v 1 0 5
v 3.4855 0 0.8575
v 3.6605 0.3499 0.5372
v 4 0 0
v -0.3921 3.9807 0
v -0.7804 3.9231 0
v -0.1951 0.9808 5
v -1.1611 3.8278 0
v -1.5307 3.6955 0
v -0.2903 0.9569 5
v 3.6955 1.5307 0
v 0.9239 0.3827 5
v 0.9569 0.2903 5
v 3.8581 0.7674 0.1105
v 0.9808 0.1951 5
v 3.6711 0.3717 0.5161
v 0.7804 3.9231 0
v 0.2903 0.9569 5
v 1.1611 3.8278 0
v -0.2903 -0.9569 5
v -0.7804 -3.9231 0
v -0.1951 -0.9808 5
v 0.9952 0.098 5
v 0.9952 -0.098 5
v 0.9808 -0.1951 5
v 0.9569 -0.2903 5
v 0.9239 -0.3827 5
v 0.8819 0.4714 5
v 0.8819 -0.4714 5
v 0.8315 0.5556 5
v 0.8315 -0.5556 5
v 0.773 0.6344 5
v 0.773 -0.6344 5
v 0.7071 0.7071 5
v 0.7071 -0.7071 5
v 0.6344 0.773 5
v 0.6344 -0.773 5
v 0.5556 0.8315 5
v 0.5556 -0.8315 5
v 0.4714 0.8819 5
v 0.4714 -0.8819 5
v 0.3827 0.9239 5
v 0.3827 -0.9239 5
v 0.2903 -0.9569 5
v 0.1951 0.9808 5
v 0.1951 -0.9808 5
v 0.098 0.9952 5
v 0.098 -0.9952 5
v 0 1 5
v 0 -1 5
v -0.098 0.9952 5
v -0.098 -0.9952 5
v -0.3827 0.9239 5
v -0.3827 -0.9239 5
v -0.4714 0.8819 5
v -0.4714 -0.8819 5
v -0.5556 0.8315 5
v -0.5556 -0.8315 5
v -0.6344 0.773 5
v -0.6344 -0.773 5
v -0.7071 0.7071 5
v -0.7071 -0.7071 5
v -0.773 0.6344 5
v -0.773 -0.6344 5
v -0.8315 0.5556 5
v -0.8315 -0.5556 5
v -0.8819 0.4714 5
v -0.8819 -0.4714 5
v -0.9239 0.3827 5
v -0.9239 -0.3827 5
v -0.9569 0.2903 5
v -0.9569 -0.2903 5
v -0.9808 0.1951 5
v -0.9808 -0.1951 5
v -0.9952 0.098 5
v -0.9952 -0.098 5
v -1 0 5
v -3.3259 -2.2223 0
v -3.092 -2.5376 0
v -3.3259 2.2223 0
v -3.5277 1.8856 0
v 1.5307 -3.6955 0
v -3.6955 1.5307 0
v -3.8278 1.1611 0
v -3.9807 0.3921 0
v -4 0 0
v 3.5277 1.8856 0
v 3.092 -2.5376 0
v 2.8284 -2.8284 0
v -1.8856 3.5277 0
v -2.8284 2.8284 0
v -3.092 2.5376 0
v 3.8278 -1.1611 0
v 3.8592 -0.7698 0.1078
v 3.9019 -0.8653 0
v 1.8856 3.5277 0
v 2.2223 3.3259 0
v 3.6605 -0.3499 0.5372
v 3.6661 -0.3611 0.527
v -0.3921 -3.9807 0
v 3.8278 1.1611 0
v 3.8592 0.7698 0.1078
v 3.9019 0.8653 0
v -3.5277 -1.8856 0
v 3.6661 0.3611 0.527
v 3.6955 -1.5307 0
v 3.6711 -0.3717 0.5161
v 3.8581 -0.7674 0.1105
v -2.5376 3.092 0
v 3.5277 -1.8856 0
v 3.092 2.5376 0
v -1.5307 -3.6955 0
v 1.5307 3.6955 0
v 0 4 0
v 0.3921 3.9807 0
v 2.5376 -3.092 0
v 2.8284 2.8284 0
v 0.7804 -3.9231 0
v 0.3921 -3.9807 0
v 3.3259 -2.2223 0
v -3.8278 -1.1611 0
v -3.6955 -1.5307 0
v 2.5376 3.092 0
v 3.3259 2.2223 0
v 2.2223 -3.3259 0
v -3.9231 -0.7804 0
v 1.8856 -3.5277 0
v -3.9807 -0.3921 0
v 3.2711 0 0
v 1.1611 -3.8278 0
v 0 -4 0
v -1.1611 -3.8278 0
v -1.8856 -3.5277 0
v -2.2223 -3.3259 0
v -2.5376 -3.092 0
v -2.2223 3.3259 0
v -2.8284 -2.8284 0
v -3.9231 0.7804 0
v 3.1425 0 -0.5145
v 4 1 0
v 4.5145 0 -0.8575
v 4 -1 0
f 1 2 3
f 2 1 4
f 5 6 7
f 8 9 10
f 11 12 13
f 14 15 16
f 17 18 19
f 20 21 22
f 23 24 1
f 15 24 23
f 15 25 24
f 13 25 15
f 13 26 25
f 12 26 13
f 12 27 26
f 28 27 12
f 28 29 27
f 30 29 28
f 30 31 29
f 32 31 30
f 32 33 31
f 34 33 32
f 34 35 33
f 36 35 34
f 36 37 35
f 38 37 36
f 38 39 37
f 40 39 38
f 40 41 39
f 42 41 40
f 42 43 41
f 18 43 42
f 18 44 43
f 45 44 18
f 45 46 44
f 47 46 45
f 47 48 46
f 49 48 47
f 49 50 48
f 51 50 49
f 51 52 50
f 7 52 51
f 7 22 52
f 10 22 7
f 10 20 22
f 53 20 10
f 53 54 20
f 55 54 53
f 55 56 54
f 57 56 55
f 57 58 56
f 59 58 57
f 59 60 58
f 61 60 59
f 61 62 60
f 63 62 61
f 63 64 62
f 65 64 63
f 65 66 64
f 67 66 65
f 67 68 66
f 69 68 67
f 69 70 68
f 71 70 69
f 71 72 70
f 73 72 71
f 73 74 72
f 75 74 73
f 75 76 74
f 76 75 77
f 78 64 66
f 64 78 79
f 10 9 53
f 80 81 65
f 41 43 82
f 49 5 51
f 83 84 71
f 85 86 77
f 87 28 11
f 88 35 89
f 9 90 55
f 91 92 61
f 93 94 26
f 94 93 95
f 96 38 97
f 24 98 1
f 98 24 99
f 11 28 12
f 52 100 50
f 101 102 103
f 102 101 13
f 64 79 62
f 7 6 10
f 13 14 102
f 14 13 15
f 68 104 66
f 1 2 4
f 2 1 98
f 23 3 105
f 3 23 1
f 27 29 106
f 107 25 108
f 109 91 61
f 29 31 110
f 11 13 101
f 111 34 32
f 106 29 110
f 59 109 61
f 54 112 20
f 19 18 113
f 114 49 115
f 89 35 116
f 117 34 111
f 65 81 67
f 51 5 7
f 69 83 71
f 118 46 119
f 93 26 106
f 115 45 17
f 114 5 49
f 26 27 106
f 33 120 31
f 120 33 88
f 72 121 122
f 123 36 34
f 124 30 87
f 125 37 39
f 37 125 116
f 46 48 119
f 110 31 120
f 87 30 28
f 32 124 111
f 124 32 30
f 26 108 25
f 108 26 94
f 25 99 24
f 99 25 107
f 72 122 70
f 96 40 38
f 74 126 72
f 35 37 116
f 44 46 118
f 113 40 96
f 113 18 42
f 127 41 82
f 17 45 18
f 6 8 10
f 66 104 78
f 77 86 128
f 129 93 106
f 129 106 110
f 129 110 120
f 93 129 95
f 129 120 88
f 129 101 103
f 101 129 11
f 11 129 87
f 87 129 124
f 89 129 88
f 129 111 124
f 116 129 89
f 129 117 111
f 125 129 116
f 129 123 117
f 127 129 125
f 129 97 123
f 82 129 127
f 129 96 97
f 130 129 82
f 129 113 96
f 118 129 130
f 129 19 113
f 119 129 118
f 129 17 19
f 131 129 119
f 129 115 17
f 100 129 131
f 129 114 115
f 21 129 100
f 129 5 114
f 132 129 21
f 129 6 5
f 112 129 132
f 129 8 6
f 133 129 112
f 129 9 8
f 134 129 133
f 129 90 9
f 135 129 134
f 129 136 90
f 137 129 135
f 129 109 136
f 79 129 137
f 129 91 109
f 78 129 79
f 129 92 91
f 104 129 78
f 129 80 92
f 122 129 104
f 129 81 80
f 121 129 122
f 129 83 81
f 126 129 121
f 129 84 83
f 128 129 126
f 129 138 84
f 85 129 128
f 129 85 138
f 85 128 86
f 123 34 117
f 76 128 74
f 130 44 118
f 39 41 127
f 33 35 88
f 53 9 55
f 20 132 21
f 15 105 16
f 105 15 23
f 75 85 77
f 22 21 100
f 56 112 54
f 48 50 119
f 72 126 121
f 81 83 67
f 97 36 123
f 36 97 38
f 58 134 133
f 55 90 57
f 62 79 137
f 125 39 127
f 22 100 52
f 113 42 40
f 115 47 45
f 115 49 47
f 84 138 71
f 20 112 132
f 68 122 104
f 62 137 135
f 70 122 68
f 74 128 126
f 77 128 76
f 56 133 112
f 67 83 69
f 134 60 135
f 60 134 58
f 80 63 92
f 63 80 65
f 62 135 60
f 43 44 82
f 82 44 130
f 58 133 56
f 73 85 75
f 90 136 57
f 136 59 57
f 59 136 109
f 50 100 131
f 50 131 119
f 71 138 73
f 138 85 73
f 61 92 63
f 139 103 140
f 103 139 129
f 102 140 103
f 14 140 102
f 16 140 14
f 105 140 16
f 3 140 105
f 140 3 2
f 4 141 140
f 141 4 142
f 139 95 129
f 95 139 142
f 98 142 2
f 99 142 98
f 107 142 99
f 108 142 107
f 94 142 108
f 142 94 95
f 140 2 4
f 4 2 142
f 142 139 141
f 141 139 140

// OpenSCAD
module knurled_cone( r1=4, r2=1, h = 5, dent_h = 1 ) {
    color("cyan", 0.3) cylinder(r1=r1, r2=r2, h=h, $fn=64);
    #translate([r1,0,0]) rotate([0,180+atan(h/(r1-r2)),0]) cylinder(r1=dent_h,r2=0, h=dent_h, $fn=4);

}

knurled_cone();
• • •
§ WHAT TO PRODUCE: From the line containing "v 0.2903 0.9569 5" down to the line containing "v 0.3827 0.9239 5" in the material above, reproduce every line exactly, including the two end lines.

§ RESPONSE FOR THIS EXERCISE:
v 0.2903 0.9569 5
v 1.1611 3.8278 0
v -0.2903 -0.9569 5
v -0.7804 -3.9231 0
v -0.1951 -0.9808 5
v 0.9952 0.098 5
v 0.9952 -0.098 5
v 0.9808 -0.1951 5
v 0.9569 -0.2903 5
v 0.9239 -0.3827 5
v 0.8819 0.4714 5
v 0.8819 -0.4714 5
v 0.8315 0.5556 5
v 0.8315 -0.5556 5
v 0.773 0.6344 5
v 0.773 -0.6344 5
v 0.7071 0.7071 5
v 0.7071 -0.7071 5
v 0.6344 0.773 5
v 0.6344 -0.773 5
v 0.5556 0.8315 5
v 0.5556 -0.8315 5
v 0.4714 0.8819 5
v 0.4714 -0.8819 5
v 0.3827 0.9239 5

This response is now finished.